Dan vind ik ook datje daarop een stuk preventie moet zetten. De criminaliteit ligt in ieder geval
op de loer. Naarmate drugs en alcohol, grootschalige handel en grof geweld de kwaliteit van
de preventie naar de achtergrond drukken, ik kijk in de richting van wethouder Van Raak, kunnen
wij slechts dweilen met de kraan open. Ik heb ook in de commissie gezegd dat daarin prima zaken
zitten als het gaat om het uitwerken van dat preventiebeleid, dus niet de nazorg, maar de voorzorg.
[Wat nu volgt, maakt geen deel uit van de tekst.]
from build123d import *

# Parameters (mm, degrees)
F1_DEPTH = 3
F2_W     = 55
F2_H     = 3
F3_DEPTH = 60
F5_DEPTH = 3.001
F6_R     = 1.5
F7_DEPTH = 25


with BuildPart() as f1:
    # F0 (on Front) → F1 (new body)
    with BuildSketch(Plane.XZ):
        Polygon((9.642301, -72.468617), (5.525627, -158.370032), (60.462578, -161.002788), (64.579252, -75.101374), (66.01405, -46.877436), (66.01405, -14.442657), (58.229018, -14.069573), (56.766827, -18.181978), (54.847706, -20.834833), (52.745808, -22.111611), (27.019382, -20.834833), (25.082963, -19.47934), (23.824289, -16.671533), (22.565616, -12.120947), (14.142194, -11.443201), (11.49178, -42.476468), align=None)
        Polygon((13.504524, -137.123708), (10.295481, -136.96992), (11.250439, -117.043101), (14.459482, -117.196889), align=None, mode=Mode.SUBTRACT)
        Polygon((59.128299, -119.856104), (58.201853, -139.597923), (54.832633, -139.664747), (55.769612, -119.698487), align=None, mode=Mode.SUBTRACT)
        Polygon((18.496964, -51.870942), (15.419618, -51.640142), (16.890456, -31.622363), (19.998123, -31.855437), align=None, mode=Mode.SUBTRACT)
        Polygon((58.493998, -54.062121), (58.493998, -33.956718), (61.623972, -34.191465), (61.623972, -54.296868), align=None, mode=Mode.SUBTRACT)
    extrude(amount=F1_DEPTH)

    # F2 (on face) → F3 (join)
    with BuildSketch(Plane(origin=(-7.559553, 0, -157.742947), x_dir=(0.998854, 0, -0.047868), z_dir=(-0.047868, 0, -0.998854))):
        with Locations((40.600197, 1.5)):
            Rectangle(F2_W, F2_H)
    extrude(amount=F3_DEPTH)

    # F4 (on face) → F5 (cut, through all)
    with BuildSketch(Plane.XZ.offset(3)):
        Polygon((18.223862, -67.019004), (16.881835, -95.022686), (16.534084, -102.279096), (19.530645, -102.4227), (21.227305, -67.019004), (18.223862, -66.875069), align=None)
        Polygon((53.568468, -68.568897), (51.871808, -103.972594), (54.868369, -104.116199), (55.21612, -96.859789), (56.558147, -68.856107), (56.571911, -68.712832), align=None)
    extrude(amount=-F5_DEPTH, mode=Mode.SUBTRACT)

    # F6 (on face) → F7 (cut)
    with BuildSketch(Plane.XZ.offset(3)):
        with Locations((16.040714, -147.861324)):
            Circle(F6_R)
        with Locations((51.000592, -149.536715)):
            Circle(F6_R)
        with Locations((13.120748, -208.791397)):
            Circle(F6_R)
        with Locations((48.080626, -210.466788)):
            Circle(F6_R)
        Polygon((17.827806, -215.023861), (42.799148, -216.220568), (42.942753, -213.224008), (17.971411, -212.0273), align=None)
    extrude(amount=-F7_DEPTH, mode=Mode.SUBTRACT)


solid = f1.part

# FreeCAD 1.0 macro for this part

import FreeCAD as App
import Part
import Sketcher
from FreeCAD import Vector
Q = App.Units.Quantity

doc = App.newDocument("Part")
body = doc.addObject("PartDesign::Body", "Body")

sketch1 = doc.addObject("Sketcher::SketchObject", "Sketch")
body.addObject(sketch1)
sketch1.AttachmentSupport = (doc.XZ_Plane, [""])
sketch1.MapMode = "FlatFace"
sketch1.addGeometry([
    Part.LineSegment(Vector(9.642301, -72.468617, 0), Vector(5.525627, -158.370032, 0)),
    Part.LineSegment(Vector(5.525627, -158.370032, 0), Vector(60.462578, -161.002788, 0)),
    Part.LineSegment(Vector(60.462578, -161.002788, 0), Vector(64.579252, -75.101374, 0)),
    Part.LineSegment(Vector(64.579252, -75.101374, 0), Vector(66.01405, -46.877436, 0)),
    Part.LineSegment(Vector(66.01405, -46.877436, 0), Vector(66.01405, -14.442657, 0)),
    Part.LineSegment(Vector(66.01405, -14.442657, 0), Vector(58.229018, -14.069573, 0)),
    Part.LineSegment(Vector(58.229018, -14.069573, 0), Vector(56.766827, -18.181978, 0)),
    Part.LineSegment(Vector(56.766827, -18.181978, 0), Vector(54.847706, -20.834833, 0)),
    Part.LineSegment(Vector(54.847706, -20.834833, 0), Vector(52.745808, -22.111611, 0)),
    Part.LineSegment(Vector(52.745808, -22.111611, 0), Vector(27.019382, -20.834833, 0)),
    Part.LineSegment(Vector(27.019382, -20.834833, 0), Vector(25.082963, -19.47934, 0)),
    Part.LineSegment(Vector(25.082963, -19.47934, 0), Vector(23.824289, -16.671533, 0)),
    Part.LineSegment(Vector(23.824289, -16.671533, 0), Vector(22.565616, -12.120947, 0)),
    Part.LineSegment(Vector(22.565616, -12.120947, 0), Vector(14.142194, -11.443201, 0)),
    Part.LineSegment(Vector(14.142194, -11.443201, 0), Vector(11.49178, -42.476468, 0)),
    Part.LineSegment(Vector(11.49178, -42.476468, 0), Vector(9.642301, -72.468617, 0)),
    Part.LineSegment(Vector(14.459482, -117.196889, 0), Vector(13.504524, -137.123708, 0)),
    Part.LineSegment(Vector(13.504524, -137.123708, 0), Vector(10.295481, -136.96992, 0)),
    Part.LineSegment(Vector(10.295481, -136.96992, 0), Vector(11.250439, -117.043101, 0)),
    Part.LineSegment(Vector(11.250439, -117.043101, 0), Vector(14.459482, -117.196889, 0)),
    Part.LineSegment(Vector(55.769612, -119.698487, 0), Vector(59.128299, -119.856104, 0)),
    Part.LineSegment(Vector(59.128299, -119.856104, 0), Vector(58.201853, -139.597923, 0)),
    Part.LineSegment(Vector(58.201853, -139.597923, 0), Vector(54.832633, -139.664747, 0)),
    Part.LineSegment(Vector(54.832633, -139.664747, 0), Vector(55.769612, -119.698487, 0)),
    Part.LineSegment(Vector(19.998123, -31.855437, 0), Vector(18.496964, -51.870942, 0)),
    Part.LineSegment(Vector(18.496964, -51.870942, 0), Vector(15.419618, -51.640142, 0)),
    Part.LineSegment(Vector(15.419618, -51.640142, 0), Vector(16.890456, -31.622363, 0)),
    Part.LineSegment(Vector(16.890456, -31.622363, 0), Vector(19.998123, -31.855437, 0)),
    Part.LineSegment(Vector(61.623972, -54.296868, 0), Vector(58.493998, -54.062121, 0)),
    Part.LineSegment(Vector(58.493998, -54.062121, 0), Vector(58.493998, -33.956718, 0)),
    Part.LineSegment(Vector(58.493998, -33.956718, 0), Vector(61.623972, -34.191465, 0)),
    Part.LineSegment(Vector(61.623972, -34.191465, 0), Vector(61.623972, -54.296868, 0)),
], False)
sketch1.addConstraint([
    Sketcher.Constraint("Coincident", 0, 2, 1, 1),
    Sketcher.Constraint("Coincident", 1, 2, 2, 1),
    Sketcher.Constraint("Coincident", 2, 2, 3, 1),
    Sketcher.Constraint("Coincident", 3, 2, 4, 1),
    Sketcher.Constraint("Coincident", 4, 2, 5, 1),
    Sketcher.Constraint("Coincident", 5, 2, 6, 1),
    Sketcher.Constraint("Coincident", 6, 2, 7, 1),
    Sketcher.Constraint("Coincident", 7, 2, 8, 1),
    Sketcher.Constraint("Coincident", 8, 2, 9, 1),
    Sketcher.Constraint("Coincident", 9, 2, 10, 1),
    Sketcher.Constraint("Coincident", 10, 2, 11, 1),
    Sketcher.Constraint("Coincident", 11, 2, 12, 1),
    Sketcher.Constraint("Coincident", 12, 2, 13, 1),
    Sketcher.Constraint("Coincident", 13, 2, 14, 1),
    Sketcher.Constraint("Coincident", 14, 2, 15, 1),
    Sketcher.Constraint("Coincident", 15, 2, 0, 1),
    Sketcher.Constraint("Coincident", 16, 2, 17, 1),
    Sketcher.Constraint("Coincident", 17, 2, 18, 1),
    Sketcher.Constraint("Coincident", 18, 2, 19, 1),
    Sketcher.Constraint("Coincident", 19, 2, 16, 1),
    Sketcher.Constraint("Coincident", 20, 2, 21, 1),
    Sketcher.Constraint("Coincident", 21, 2, 22, 1),
    Sketcher.Constraint("Coincident", 22, 2, 23, 1),
    Sketcher.Constraint("Coincident", 23, 2, 20, 1),
    Sketcher.Constraint("Coincident", 24, 2, 25, 1),
    Sketcher.Constraint("Coincident", 25, 2, 26, 1),
    Sketcher.Constraint("Coincident", 26, 2, 27, 1),
    Sketcher.Constraint("Coincident", 27, 2, 24, 1),
    Sketcher.Constraint("Coincident", 28, 2, 29, 1),
    Sketcher.Constraint("Coincident", 29, 2, 30, 1),
    Sketcher.Constraint("Coincident", 30, 2, 31, 1),
    Sketcher.Constraint("Coincident", 31, 2, 28, 1),
    Sketcher.Constraint("Vertical", 4),
    Sketcher.Constraint("Vertical", 29),
    Sketcher.Constraint("Vertical", 31),
    Sketcher.Constraint("Distance", 0, Q("86.000001 mm")),
    Sketcher.Constraint("Distance", 1, Q("55 mm")),
    Sketcher.Constraint("Distance", 2, Q("86 mm")),
    Sketcher.Constraint("DistanceX", 17, 2, 19, 2, Q("4.164001 mm")),
    Sketcher.Constraint("DistanceX", 24, 2, 10, 2, Q("6.585999 mm")),
    Sketcher.Constraint("Distance", 10, Q("2.3637 mm")),
    Sketcher.Constraint("DistanceY", 4, 1, 4, 2, Q("32.434779 mm")),
    Sketcher.Constraint("DistanceY", 13, 2, -1, 1, Q("11.443201 mm")),
    Sketcher.Constraint("DistanceX", -1, 1, 15, 2, Q("9.642301 mm")),
    Sketcher.Constraint("DistanceY", 18, 2, -1, 1, Q("117.043101 mm")),
    Sketcher.Constraint("DistanceX", -1, 1, 20, 2, Q("59.128299 mm")),
    Sketcher.Constraint("DistanceX", 2, 2, 3, 2, Q("1.434798 mm")),
    Sketcher.Constraint("DistanceY", 2, 2, 5, 2, Q("61.031801 mm")),
    Sketcher.Constraint("DistanceX", 8, 2, 7, 2, Q("2.101898 mm")),
    Sketcher.Constraint("DistanceY", 9, 2, 11, 2, Q("4.1633 mm")),
    Sketcher.Constraint("DistanceY", 7, 2, 11, 2, Q("4.1633 mm")),
    Sketcher.Constraint("DistanceY", 23, 2, 19, 2, Q("2.501598 mm")),
    Sketcher.Constraint("DistanceY", 1, 2, 23, 2, Q("41.304301 mm")),
    Sketcher.Constraint("DistanceY", 24, 2, 25, 2, Q("0.2308 mm")),
    Sketcher.Constraint("DistanceY", 25, 2, 10, 2, Q("32.160802 mm")),
    Sketcher.Constraint("Distance", 9, Q("25.758089 mm")),
    Sketcher.Constraint("Distance", 11, Q("3.077018 mm")),
    Sketcher.Constraint("Distance", 12, Q("4.72145 mm")),
    Sketcher.Constraint("Distance", 14, Q("31.146241 mm")),
    Sketcher.Constraint("Distance", 15, Q("30.049119 mm")),
    Sketcher.Constraint("Distance", 16, Q("19.949688 mm")),
    Sketcher.Constraint("Distance", 18, Q("19.949688 mm")),
    Sketcher.Constraint("Distance", 24, Q("20.071719 mm")),
    Sketcher.Constraint("Distance", 25, Q("3.085989 mm")),
    Sketcher.Constraint("DistanceY", 29, 1, 29, 2, Q("20.105403 mm")),
    Sketcher.Constraint("DistanceY", 31, 2, 31, 1, Q("20.105403 mm")),
    Sketcher.Constraint("DistanceY", 0, 2, -1, 1, Q("158.370032 mm")),
    Sketcher.Constraint("DistanceY", 1, 2, -1, 1, Q("161.002788 mm")),
    Sketcher.Constraint("DistanceX", -1, 1, 2, 2, Q("64.579252 mm")),
    Sketcher.Constraint("DistanceX", -1, 1, 5, 2, Q("58.229018 mm")),
    Sketcher.Constraint("DistanceY", 6, 2, -1, 1, Q("18.181978 mm")),
    Sketcher.Constraint("DistanceY", 8, 2, -1, 1, Q("22.111611 mm")),
    Sketcher.Constraint("DistanceX", -1, 1, 9, 2, Q("27.019382 mm")),
    Sketcher.Constraint("DistanceY", 10, 2, -1, 1, Q("19.47934 mm")),
    Sketcher.Constraint("DistanceX", -1, 1, 11, 2, Q("23.824289 mm")),
    Sketcher.Constraint("DistanceX", -1, 1, 14, 2, Q("11.49178 mm")),
    Sketcher.Constraint("DistanceY", 16, 2, -1, 1, Q("137.123708 mm")),
    Sketcher.Constraint("DistanceX", -1, 1, 17, 2, Q("10.295481 mm")),
    Sketcher.Constraint("DistanceY", 17, 2, -1, 1, Q("136.96992 mm")),
    Sketcher.Constraint("DistanceY", 28, 2, -1, 1, Q("54.062121 mm")),
    Sketcher.Constraint("DistanceY", 31, 2, -1, 1, Q("54.296868 mm")),
    Sketcher.Constraint("DistanceY", 0, 2, 2, 2, Q("83.268658 mm")),
    Sketcher.Constraint("DistanceY", 2, 2, 3, 2, Q("28.223938 mm")),
    Sketcher.Constraint("DistanceX", 6, 2, 5, 2, Q("1.462191 mm")),
    Sketcher.Constraint("DistanceX", 12, 2, 8, 2, Q("30.180192 mm")),
    Sketcher.Constraint("DistanceY", 20, 2, 2, 2, Q("44.75473 mm")),
    Sketcher.Constraint("DistanceY", 21, 2, 20, 2, Q("19.741819 mm")),
    Sketcher.Constraint("DistanceX", 16, 2, 21, 2, Q("44.697329 mm")),
    Sketcher.Constraint("DistanceX", 22, 2, 21, 2, Q("3.36922 mm")),
    Sketcher.Constraint("DistanceY", 1, 2, 22, 2, Q("21.338041 mm")),
    Sketcher.Constraint("DistanceX", 22, 2, 23, 2, Q("0.936979 mm")),
    Sketcher.Constraint("DistanceY", 26, 2, 9, 2, Q("10.78753 mm")),
    Sketcher.Constraint("DistanceX", 25, 2, 26, 2, Q("1.470838 mm")),
    Sketcher.Constraint("DistanceX", 27, 2, 9, 2, Q("7.021259 mm")),
    Sketcher.Constraint("DistanceX", 28, 2, 3, 2, Q("7.520052 mm")),
    Sketcher.Constraint("DistanceX", 31, 2, 2, 2, Q("2.95528 mm")),
])
pad1 = doc.addObject("PartDesign::Pad", "Pad")
body.addObject(pad1)
pad1.Profile = sketch1
pad1.Length = 3

sketch2 = doc.addObject("Sketcher::SketchObject", "Sketch001")
body.addObject(sketch2)
sketch2.Placement = App.Placement(Vector(-7.559553, 0, -157.742947), App.Rotation(Vector(0.998853671, 0, -0.047867984), Vector(0, -1, 0), Vector(-0.047867984, 0, -0.998853671), "ZXY"))
sketch2.addGeometry([
    Part.LineSegment(Vector(13.1, 3, 0), Vector(13.1, 0, 0)),
    Part.LineSegment(Vector(13.1, 0, 0), Vector(68.1, 0, 0)),
    Part.LineSegment(Vector(68.1, 0, 0), Vector(68.1, 3, 0)),
    Part.LineSegment(Vector(68.1, 3, 0), Vector(13.1, 3, 0)),
], False)
sketch2.addConstraint([
    Sketcher.Constraint("Coincident", 0, 2, 1, 1),
    Sketcher.Constraint("Coincident", 1, 2, 2, 1),
    Sketcher.Constraint("Coincident", 2, 2, 3, 1),
    Sketcher.Constraint("Coincident", 3, 2, 0, 1),
    Sketcher.Constraint("Vertical", 0),
    Sketcher.Constraint("Horizontal", 1),
    Sketcher.Constraint("Vertical", 2),
    Sketcher.Constraint("Horizontal", 3),
    Sketcher.Constraint("PointOnObject", 0, 2, -1),
    Sketcher.Constraint("DistanceX", 1, 1, 1, 2, Q("55 mm")),
    Sketcher.Constraint("DistanceY", 0, 2, 0, 1, Q("3 mm")),
    Sketcher.Constraint("DistanceX", -1, 1, 0, 2, Q("13.100197 mm")),
])
pad2 = doc.addObject("PartDesign::Pad", "Pad001")
body.addObject(pad2)
pad2.Profile = sketch2
pad2.Length = 60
Mijn fractie vindt dat het hele verhaal nog veel te veel is geënt op nazorg en te weinig op
voorzorg, en wij vinden dat wij de jongeren zelf daarvoor juist nodig hebben. Hun ervaringsgege
vens moeten centraal staan en niet de hulpverleningsmachine, die, met alle respect, een gigantische
zorgmachine aan het werk houdt, die voorlopig alleen nog maar zal toenemen. Mijn fractie denkt
het tij onder andere te kunnen keren door in alle openheid jongeren zelf aan het woord te laten,
zelf duidelijk te laten maken hoe zij met dit probleem, met name de combinatie alcohol en drugs,
willen omgaan.
De heer KWISTHOUT
Bij interruptie. Ik kan als jongere de heer Adank meteen van repliek dienen, dat de combinatie
softdrugs en alcohol, mits met mate gebruikt, geen noemenswaardige problemen oplevert.
De heer ADANK
Mijn ervaring met 250 jongeren, en die zijn van ongeveer dezelfde leeftijd als de heer Kwisthout
of iets jonger, is een heel andere. Mijn fractie denkt dus dat tij te kunnen keren door in alle
openheid met de jongeren juist te kunnen omgaan en te vragen wat hun ervaringen zijn, in
hoeverre ze balen van de vele voorzorgsmaatregelen die ze moeten treffen in hun uitgaanspatroon.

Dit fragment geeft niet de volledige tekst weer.